#### Available data ####

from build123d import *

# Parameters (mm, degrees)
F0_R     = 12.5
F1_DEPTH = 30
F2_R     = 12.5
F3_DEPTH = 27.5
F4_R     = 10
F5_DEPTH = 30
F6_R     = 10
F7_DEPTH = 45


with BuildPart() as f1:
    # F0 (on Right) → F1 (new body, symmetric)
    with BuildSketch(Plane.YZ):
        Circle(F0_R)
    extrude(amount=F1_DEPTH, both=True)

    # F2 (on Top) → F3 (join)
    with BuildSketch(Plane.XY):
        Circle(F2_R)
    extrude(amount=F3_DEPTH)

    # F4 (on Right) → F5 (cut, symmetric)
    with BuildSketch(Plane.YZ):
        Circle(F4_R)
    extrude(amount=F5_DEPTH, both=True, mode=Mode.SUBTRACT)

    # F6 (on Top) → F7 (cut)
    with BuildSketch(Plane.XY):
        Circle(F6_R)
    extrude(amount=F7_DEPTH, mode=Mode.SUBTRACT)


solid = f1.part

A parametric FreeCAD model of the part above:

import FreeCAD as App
import Part
import Sketcher
from FreeCAD import Vector

doc = App.newDocument("Part")
params = doc.addObject("Spreadsheet::Sheet", "Params")
for row, (alias, value) in enumerate([
    ("sketch1_diameter", "25 mm"),
    ("pad1_length", "60 mm"),
    ("sketch2_diameter", "25 mm"),
    ("pad2_length", "27.5 mm"),
    ("sketch3_diameter", "20 mm"),
    ("pocket1_length", "60 mm"),
    ("sketch4_diameter", "20 mm"),
    ("pocket2_length", "45 mm"),
], start=1):
    params.set(f"A{row}", alias)
    params.set(f"B{row}", "=" + value)
    params.setAlias(f"B{row}", alias)

body = doc.addObject("PartDesign::Body", "Body")

sketch1 = body.newObject("Sketcher::SketchObject", "Sketch")
sketch1.AttachmentSupport = (doc.getObject("YZ_Plane"), [""])
sketch1.MapMode = "FlatFace"
sketch1.addGeometry(Part.Circle(Vector(0, 0, 0), Vector(0, 0, 1), 12.5), False)
sketch1.addConstraint(Sketcher.Constraint("Coincident", 0, 3, -1, 1))
sketch1.addConstraint(Sketcher.Constraint("Diameter", 0, 25.0))
sketch1.setExpression("Constraints[1]", "Params.sketch1_diameter")
pad1 = body.newObject("PartDesign::Pad", "Pad")
pad1.Profile = sketch1
pad1.setExpression("Length", "Params.pad1_length")
pad1.Midplane = True

sketch2 = body.newObject("Sketcher::SketchObject", "Sketch001")
sketch2.AttachmentSupport = (doc.getObject("XY_Plane"), [""])
sketch2.MapMode = "FlatFace"
sketch2.addGeometry(Part.Circle(Vector(0, 0, 0), Vector(0, 0, 1), 12.5), False)
sketch2.addConstraint(Sketcher.Constraint("Coincident", 0, 3, -1, 1))
sketch2.addConstraint(Sketcher.Constraint("Diameter", 0, 25.0))
sketch2.setExpression("Constraints[1]", "Params.sketch2_diameter")
pad2 = body.newObject("PartDesign::Pad", "Pad001")
pad2.Profile = sketch2
pad2.setExpression("Length", "Params.pad2_length")

sketch3 = body.newObject("Sketcher::SketchObject", "Sketch002")
sketch3.AttachmentSupport = (doc.getObject("YZ_Plane"), [""])
sketch3.MapMode = "FlatFace"
sketch3.addGeometry(Part.Circle(Vector(0, 0, 0), Vector(0, 0, 1), 10), False)
sketch3.addConstraint(Sketcher.Constraint("Coincident", 0, 3, -1, 1))
sketch3.addConstraint(Sketcher.Constraint("Diameter", 0, 20.0))
sketch3.setExpression("Constraints[1]", "Params.sketch3_diameter")
pocket1 = body.newObject("PartDesign::Pocket", "Pocket")
pocket1.Profile = sketch3
pocket1.setExpression("Length", "Params.pocket1_length")
pocket1.Midplane = True

sketch4 = body.newObject("Sketcher::SketchObject", "Sketch003")
sketch4.AttachmentSupport = (doc.getObject("XY_Plane"), [""])
sketch4.MapMode = "FlatFace"
sketch4.addGeometry(Part.Circle(Vector(0, 0, 0), Vector(0, 0, 1), 10), False)
sketch4.addConstraint(Sketcher.Constraint("Coincident", 0, 3, -1, 1))
sketch4.addConstraint(Sketcher.Constraint("Diameter", 0, 20.0))
sketch4.setExpression("Constraints[1]", "Params.sketch4_diameter")
pocket2 = body.newObject("PartDesign::Pocket", "Pocket001")
pocket2.Profile = sketch4
pocket2.setExpression("Length", "Params.pocket2_length")
pocket2.Reversed = True

doc.recompute()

####

With the first line of the records as the start and the line holding "extrude(amount=F7_DEPTH, mode=Mode.SUBTRACT)" as the end, please copy exactly those lines and no others.

Exercise response:
from build123d import *

# Parameters (mm, degrees)
F0_R     = 12.5
F1_DEPTH = 30
F2_R     = 12.5
F3_DEPTH = 27.5
F4_R     = 10
F5_DEPTH = 30
F6_R     = 10
F7_DEPTH = 45


with BuildPart() as f1:
    # F0 (on Right) → F1 (new body, symmetric)
    with BuildSketch(Plane.YZ):
        Circle(F0_R)
    extrude(amount=F1_DEPTH, both=True)

    # F2 (on Top) → F3 (join)
    with BuildSketch(Plane.XY):
        Circle(F2_R)
    extrude(amount=F3_DEPTH)

    # F4 (on Right) → F5 (cut, symmetric)
    with BuildSketch(Plane.YZ):
        Circle(F4_R)
    extrude(amount=F5_DEPTH, both=True, mode=Mode.SUBTRACT)

    # F6 (on Top) → F7 (cut)
    with BuildSketch(Plane.XY):
        Circle(F6_R)
    extrude(amount=F7_DEPTH, mode=Mode.SUBTRACT)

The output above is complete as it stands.